Storage is also improved because each bucket exposes a min/max timeField
and indexes use the bucket level fields (instead of the timeField
of the individual documents) which results in significantly smaller indexes.
Compression of almost 30 times can be achieved with time-series collections compared to the regular compression which is around 2 or 3 times.
Adding Secondary Indexes
To improve query performance further, secondary indexes can be added. The MongoDB recommendation is to create secondary compound indexes on the fields specified as the timeField
and the metaField
. If the field value for the metaField
field is a document, you can create secondary indexes on fields inside that document.
Reduced I/O for Read Operations
Internally, each bucket exposes the min/max timeField
and time-series collections have a system generated clustered index on the bucket time which orders the data on disk so that adjacent buckets can be stored in the same page which reduces the cost of scan times. Furthermore, indexes utilize the min/max timeField
of the bucket (instead of the timeField of the individual document) so indexes are much smaller and scans only look at buckets that are within those time ranges.
Preventing Duplicates
If there is a need to prevent duplicates, then because time-series collections do not support “unique indexes” or “upserts” a find operation needs to be performed with every insert. This would increase the servers CPU requirements therefore this is not a recommended approach.
Instead, the best practice is to batch write data with insertMany()
. Although this does not allow for the prevention of duplicates, an aggregation pipeline can be used to filter them out and can be presented as a view.
It is important to note that generating duplicate data in data ingestion pipelines should be avoided. Conducting duplication checks can be helpful in detecting issues with data ingestion processes.
When compared to regular collection storage, time-series collections offer enhanced query efficiency and reduce disk usage for both time-series data and secondary indexes. This is because time series collections employ a columnar storage format and organize data in chronological order using an automatically created clustered index.
The benefits on MongoDB include:
- Increased developer productivity.
- Reduced complexity for working with time-series data.

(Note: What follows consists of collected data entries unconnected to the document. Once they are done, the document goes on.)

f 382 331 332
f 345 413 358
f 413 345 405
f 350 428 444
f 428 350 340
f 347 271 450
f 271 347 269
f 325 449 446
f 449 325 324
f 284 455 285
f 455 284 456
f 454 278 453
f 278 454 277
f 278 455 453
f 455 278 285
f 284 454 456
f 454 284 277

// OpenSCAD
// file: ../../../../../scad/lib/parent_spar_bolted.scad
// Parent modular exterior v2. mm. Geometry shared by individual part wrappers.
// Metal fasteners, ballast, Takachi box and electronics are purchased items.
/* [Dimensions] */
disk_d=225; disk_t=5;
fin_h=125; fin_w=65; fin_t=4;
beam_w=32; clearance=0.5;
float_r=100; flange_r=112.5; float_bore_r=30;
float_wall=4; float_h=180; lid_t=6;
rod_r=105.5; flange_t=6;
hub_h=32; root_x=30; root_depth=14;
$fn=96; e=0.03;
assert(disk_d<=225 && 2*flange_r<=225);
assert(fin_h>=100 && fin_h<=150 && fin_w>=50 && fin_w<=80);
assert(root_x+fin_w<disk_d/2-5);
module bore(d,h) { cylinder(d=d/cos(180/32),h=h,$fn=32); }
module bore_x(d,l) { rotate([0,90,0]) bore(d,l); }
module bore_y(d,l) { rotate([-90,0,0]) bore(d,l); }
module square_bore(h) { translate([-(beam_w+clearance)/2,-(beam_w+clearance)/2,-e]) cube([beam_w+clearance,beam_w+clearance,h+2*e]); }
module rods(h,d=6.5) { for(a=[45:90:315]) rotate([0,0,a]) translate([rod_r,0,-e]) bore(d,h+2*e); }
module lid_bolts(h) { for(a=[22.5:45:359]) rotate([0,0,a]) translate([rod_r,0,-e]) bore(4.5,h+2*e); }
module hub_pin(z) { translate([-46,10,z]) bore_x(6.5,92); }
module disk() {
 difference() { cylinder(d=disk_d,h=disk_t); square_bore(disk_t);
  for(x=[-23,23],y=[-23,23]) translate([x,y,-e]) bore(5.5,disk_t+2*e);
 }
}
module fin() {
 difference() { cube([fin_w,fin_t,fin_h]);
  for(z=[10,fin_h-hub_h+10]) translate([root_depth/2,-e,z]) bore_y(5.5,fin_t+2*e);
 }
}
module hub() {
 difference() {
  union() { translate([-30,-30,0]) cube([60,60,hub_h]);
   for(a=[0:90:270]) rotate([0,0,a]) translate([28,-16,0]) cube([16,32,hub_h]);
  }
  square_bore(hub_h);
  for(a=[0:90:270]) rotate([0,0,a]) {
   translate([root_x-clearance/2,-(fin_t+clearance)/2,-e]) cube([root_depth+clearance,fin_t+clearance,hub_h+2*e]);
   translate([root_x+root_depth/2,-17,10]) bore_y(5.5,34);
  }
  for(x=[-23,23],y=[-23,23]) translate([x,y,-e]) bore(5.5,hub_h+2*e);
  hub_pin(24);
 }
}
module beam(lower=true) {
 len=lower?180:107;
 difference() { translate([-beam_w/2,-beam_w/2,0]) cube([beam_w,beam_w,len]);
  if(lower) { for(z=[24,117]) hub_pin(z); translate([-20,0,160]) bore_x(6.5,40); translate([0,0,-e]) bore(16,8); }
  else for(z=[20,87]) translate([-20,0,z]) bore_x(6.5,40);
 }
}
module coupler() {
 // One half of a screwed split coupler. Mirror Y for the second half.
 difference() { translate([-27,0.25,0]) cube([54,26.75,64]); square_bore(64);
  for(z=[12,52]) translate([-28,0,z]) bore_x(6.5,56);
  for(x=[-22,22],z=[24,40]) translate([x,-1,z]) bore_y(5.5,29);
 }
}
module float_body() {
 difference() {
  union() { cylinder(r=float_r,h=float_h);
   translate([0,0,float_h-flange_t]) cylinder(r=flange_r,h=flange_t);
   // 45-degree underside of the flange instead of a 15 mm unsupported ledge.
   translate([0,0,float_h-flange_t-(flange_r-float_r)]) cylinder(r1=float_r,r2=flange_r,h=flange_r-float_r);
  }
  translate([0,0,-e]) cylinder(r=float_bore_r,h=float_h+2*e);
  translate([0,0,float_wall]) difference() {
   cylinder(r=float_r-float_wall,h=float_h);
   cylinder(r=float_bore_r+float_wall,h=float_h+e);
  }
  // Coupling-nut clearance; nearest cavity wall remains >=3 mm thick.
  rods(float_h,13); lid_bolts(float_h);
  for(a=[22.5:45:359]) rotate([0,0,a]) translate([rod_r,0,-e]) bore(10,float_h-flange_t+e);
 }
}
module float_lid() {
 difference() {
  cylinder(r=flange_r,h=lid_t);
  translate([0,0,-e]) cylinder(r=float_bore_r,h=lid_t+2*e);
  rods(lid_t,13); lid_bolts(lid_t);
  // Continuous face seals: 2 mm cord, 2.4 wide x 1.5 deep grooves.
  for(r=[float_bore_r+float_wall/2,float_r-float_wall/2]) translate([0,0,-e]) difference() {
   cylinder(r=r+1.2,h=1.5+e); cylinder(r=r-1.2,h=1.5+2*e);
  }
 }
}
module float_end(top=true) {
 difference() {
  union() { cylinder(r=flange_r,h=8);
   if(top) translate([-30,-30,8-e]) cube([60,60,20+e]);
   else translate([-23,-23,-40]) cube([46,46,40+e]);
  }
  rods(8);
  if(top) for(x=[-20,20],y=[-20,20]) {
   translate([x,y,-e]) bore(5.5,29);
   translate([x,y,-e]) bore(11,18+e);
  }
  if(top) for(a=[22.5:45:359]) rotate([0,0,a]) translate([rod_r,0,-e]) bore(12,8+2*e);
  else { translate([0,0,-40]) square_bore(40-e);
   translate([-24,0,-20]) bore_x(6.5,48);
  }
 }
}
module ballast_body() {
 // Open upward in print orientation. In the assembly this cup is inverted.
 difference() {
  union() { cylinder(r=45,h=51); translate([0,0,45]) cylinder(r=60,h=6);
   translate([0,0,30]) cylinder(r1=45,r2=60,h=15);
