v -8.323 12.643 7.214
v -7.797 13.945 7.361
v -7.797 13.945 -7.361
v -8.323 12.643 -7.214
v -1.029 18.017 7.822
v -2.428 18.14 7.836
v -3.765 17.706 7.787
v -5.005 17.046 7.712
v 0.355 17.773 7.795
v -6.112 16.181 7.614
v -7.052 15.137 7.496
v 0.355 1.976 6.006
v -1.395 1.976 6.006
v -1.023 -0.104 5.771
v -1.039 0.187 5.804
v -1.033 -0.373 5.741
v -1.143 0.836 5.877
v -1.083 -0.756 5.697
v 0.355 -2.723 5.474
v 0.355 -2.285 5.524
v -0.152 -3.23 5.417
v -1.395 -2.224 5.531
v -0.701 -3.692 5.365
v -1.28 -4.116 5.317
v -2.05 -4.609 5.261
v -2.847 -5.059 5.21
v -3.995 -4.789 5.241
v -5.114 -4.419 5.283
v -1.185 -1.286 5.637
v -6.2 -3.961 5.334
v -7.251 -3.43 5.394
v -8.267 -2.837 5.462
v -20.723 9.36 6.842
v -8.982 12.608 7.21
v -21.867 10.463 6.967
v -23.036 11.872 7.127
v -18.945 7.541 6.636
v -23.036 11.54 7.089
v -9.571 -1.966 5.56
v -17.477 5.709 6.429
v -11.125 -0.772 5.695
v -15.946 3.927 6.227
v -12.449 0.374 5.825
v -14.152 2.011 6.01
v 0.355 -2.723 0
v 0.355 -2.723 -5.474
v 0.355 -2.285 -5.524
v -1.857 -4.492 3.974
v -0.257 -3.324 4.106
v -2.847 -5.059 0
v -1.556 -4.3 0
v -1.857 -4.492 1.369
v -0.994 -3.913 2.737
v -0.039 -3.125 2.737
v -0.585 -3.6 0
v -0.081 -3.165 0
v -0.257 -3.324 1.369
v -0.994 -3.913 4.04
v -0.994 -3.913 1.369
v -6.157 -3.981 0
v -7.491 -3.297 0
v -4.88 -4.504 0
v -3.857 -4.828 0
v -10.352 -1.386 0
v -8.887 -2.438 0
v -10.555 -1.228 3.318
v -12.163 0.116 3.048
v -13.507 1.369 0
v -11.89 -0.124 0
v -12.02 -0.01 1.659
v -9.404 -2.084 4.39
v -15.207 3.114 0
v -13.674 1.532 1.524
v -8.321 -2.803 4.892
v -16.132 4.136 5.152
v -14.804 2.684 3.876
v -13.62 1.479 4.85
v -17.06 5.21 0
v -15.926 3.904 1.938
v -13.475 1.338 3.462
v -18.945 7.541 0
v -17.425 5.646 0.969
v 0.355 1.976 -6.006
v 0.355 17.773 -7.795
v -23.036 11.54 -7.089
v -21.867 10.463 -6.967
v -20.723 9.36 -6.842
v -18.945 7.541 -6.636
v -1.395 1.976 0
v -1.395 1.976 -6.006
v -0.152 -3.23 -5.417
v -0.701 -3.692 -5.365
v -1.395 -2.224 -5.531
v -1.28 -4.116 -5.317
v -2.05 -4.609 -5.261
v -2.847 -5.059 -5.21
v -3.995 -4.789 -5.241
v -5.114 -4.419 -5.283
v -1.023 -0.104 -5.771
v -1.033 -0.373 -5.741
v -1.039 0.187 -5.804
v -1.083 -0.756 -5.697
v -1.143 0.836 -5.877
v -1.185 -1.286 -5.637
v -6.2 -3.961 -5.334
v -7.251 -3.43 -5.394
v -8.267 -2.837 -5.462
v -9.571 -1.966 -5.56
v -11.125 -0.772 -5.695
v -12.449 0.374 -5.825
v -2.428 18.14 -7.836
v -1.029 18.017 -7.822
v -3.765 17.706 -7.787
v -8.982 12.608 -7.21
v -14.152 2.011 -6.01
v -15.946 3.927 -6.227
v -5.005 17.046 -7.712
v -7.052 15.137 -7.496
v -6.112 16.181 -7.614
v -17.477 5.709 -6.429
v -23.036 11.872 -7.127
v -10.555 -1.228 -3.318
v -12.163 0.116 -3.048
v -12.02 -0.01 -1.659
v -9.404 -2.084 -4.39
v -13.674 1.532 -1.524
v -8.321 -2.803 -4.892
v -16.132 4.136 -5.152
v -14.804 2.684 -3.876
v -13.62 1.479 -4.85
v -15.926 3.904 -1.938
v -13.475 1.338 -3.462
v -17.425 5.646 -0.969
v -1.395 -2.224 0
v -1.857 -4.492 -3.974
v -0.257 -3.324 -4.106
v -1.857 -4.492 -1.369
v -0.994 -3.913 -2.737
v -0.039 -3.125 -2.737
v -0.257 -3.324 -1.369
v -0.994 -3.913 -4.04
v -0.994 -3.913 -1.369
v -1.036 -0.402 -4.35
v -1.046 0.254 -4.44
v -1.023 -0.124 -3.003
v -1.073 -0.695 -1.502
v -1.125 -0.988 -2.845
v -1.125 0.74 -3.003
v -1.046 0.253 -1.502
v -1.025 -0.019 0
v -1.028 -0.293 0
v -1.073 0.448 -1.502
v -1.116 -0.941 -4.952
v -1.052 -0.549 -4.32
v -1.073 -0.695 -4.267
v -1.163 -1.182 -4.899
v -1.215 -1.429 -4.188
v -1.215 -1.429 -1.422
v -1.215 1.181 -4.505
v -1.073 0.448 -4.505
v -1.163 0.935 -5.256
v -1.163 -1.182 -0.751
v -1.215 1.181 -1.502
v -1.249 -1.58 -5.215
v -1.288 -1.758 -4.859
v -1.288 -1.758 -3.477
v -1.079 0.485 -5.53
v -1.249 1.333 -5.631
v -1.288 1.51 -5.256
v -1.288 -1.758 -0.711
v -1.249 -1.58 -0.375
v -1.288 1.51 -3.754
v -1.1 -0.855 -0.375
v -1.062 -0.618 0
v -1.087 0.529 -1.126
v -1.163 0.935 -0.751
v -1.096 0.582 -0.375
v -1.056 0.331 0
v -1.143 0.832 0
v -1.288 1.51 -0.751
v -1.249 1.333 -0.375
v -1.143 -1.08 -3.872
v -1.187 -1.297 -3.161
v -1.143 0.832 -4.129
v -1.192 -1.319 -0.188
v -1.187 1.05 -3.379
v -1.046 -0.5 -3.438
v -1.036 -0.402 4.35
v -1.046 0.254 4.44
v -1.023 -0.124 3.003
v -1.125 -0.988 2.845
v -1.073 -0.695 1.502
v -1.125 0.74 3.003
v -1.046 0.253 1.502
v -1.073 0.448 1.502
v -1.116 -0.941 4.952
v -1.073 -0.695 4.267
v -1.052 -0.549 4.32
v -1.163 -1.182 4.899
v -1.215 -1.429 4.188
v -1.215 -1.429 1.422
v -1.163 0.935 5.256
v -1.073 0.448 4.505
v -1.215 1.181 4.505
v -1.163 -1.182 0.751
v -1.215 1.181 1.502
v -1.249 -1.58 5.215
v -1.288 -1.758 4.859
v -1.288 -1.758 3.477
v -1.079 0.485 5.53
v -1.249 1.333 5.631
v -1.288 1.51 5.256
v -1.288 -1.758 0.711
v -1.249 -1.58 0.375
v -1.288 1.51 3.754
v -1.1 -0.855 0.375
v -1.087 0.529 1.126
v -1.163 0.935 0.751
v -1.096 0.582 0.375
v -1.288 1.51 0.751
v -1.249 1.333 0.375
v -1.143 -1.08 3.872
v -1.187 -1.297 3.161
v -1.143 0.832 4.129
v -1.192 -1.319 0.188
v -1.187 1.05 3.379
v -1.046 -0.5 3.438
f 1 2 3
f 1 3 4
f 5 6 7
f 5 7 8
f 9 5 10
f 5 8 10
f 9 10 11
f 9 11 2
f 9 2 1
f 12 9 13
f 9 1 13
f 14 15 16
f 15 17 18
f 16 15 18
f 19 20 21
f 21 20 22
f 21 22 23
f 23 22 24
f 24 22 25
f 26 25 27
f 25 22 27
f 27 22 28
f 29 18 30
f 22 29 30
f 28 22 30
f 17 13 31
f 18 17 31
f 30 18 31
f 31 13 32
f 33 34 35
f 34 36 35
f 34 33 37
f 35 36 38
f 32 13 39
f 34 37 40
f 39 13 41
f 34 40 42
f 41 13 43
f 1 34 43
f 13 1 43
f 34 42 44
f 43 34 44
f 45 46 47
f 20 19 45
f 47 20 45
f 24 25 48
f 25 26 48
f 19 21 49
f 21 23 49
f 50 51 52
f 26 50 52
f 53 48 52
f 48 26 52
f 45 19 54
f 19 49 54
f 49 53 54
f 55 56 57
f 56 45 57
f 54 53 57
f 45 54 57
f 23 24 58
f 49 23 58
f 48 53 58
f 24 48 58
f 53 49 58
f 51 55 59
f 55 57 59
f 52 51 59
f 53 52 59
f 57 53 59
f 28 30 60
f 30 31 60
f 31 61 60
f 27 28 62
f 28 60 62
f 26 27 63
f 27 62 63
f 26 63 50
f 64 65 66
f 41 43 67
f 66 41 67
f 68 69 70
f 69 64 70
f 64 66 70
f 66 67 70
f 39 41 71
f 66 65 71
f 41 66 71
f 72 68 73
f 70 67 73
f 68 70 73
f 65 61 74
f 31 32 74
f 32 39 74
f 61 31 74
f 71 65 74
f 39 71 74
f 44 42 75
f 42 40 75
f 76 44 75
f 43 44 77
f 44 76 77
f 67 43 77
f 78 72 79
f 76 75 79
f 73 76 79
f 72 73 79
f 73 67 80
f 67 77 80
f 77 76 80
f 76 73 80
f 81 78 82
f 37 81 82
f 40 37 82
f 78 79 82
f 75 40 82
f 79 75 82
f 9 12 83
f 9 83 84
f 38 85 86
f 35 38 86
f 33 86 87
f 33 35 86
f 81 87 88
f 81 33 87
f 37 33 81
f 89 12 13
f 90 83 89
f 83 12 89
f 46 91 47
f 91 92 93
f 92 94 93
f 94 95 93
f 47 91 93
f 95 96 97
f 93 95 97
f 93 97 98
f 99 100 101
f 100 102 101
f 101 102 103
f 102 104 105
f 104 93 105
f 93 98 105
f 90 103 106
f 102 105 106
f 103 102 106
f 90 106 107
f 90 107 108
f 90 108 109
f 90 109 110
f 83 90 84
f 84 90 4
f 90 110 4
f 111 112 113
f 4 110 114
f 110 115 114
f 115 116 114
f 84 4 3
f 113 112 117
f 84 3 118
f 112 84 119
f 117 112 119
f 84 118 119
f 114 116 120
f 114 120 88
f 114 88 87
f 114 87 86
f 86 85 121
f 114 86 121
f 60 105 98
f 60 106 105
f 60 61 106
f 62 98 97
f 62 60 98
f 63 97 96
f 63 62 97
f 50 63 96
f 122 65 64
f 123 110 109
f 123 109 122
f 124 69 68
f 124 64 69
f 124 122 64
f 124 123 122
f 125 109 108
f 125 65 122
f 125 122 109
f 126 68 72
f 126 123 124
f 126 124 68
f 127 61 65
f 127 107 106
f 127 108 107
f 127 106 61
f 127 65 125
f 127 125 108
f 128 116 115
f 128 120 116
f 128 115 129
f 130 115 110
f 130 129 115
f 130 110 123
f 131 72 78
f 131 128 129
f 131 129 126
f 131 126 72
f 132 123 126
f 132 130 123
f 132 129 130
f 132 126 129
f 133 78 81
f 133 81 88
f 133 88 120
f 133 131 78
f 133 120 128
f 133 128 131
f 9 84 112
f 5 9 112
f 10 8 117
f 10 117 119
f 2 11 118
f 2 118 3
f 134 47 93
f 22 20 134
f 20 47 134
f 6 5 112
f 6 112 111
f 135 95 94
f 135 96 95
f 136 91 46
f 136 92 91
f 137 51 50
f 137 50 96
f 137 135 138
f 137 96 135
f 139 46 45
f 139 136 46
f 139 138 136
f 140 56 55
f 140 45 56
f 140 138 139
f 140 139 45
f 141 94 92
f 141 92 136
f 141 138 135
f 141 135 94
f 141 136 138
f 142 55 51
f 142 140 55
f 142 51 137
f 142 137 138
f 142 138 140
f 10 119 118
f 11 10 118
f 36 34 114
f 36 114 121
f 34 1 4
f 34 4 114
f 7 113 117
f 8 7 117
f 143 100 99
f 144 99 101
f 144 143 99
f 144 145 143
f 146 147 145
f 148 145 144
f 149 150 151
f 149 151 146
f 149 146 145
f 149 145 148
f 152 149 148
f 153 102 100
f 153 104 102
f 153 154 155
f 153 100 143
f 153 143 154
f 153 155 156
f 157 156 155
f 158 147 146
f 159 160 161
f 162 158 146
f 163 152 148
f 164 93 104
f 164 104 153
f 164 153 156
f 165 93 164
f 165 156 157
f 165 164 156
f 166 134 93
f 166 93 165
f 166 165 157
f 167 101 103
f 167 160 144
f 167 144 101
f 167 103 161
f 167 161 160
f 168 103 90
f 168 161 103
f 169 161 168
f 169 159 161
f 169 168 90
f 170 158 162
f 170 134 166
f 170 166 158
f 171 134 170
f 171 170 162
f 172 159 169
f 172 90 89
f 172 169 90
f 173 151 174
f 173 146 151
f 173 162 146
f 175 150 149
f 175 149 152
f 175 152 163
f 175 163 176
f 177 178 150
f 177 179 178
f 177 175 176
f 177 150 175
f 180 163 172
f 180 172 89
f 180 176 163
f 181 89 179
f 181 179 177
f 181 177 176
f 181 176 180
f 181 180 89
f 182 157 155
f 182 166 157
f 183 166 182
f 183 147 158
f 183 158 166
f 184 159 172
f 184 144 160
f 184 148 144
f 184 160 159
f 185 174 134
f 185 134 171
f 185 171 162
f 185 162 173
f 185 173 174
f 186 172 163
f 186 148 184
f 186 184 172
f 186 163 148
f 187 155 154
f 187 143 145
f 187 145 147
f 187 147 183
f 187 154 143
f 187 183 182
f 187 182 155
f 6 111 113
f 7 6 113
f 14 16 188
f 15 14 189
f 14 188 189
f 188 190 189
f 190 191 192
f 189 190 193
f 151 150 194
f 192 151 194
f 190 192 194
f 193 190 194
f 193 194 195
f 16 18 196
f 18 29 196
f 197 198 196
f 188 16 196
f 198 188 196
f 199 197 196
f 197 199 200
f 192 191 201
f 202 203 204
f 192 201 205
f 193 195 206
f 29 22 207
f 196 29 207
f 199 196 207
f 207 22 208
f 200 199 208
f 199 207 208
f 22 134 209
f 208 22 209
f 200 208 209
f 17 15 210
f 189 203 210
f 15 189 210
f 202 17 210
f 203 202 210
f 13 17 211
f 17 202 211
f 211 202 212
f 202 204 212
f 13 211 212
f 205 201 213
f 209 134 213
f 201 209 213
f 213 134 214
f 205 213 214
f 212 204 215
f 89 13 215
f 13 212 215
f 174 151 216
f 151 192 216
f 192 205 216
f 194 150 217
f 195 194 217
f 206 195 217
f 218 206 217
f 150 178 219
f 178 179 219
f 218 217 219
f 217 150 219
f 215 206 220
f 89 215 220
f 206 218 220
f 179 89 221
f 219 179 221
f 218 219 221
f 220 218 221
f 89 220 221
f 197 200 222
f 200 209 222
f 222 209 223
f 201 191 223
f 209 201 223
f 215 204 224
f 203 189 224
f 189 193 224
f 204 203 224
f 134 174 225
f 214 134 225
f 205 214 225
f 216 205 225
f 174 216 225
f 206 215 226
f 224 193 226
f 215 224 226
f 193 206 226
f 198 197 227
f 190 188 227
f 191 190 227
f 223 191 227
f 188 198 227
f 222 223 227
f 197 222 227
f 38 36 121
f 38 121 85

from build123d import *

# Parameters (mm, degrees)
SALIENTE_EXTRUIR1_DEPTH             = 7.21
SALIENTE_EXTRUIR2_DEPTH             = 7.21
SALIENTE_EXTRUIR2_DEPTH_BACK        = 7.21
CORTAR_EXTRUIR2_DEPTH               = 28.232395202
CORTAR_EXTRUIR2_DEPTH_BACK          = 28.232395202
SALIENTE_EXTRUIR3_REACH             = 29.232
SALIENTE_EXTRUIR3_DIRECTION_2_REACH = 29.232


with BuildPart() as part:
    # Croquis1 → Saliente-Extruir1 (new, symmetric)
    with BuildSketch(Plane.XY):
        with BuildLine():
            add(Edge.make_bspline(
                [(-18.945192114, 7.540918896), (-10.215008384, -3.697644103), (-2.846604825, -5.059081104)],
                knots=[0.497667241, 0.497667241, 0.497667241, 0.49955428, 0.49955428, 0.49955428], degree=2, weights=[1, 1, 1]))
            add(Edge.make_bspline(
                [(-2.846604825, -5.059081104), (-0.742366882, -3.9352066), (0.355125, -2.723253227)],
                knots=[0.498812075, 0.498812075, 0.498812075, 0.499412845, 0.499412845, 0.499412845], degree=2, weights=[1, 1, 1]))
            Line((0.355125, -2.723253227), (0.355125, -2.284841781))
            Line((0.355125, -2.284841781), (-1.394875, -2.223730435))
            add(Edge.make_bspline(
                [(-1.394875, -2.223730435), (-0.90753067, -0.123730435), (-1.394875, 1.976269565)],
                knots=[0, 0, 0, 1, 1, 1], degree=2, weights=[1, 3.231801219, 1]))
            Line((-1.394875, 1.976269565), (0.355125, 2.284841781))
            Line((0.355125, 2.284841781), (0.355125, 3.001549529))
            add(Edge.make_bspline(
                [(0.355125, 3.001549529), (-1.44872627, 6.058427314), (-6.994875026, 10.477389992)],
                knots=[0.500820705, 0.500820705, 0.500820705, 0.502013312, 0.502013312, 0.502013312], degree=2, weights=[1, 1, 1]))
            Line((-6.994875026, 10.477389992), (-8.981845695, 12.608155172))
            Line((-8.981845695, 12.608155172), (-23.035921146, 11.871612288))
            Line((-23.035921146, 11.871612288), (-23.035921146, 11.54013782))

- Reduced I/O for read operations.
- Massive reduction in storage and index size (almost 30 times compression).
Time-series collections have a number of limitations that include:
- No support for Change Streams.
- No support for Schema Validation Rules.
- No support for Transactions.
- No support for Unique Indexes (no way to prevent duplicates).
- Limited support for Updates and Deletes.
The limitations are largely a result of the time-series collections’ emphasis on the common characteristics of time-series workloads, and introducing these features for time-series would be complicated and impede the data ingestion.
For the full set of limitations please refer to the official MongoDB documentation here: Time-Series Collection Limitations.
- Disable retryable writes to maximize write throughput.
- Batch writes with
insertMany()
. Batches should contain multiple documents per series (as defined by the metaField). - Choose a
metaField
that never of rarely changes and which uniquely identifies a series. - Allocate more physical RAM to scale for high cardinality use cases (e.g., more than a few thousand unique metaField combinations).
- Shard your collection to increase cardinality handling and throughput.
- Create secondary indexes (e.g., { metaField: 1, timestamp: 1}).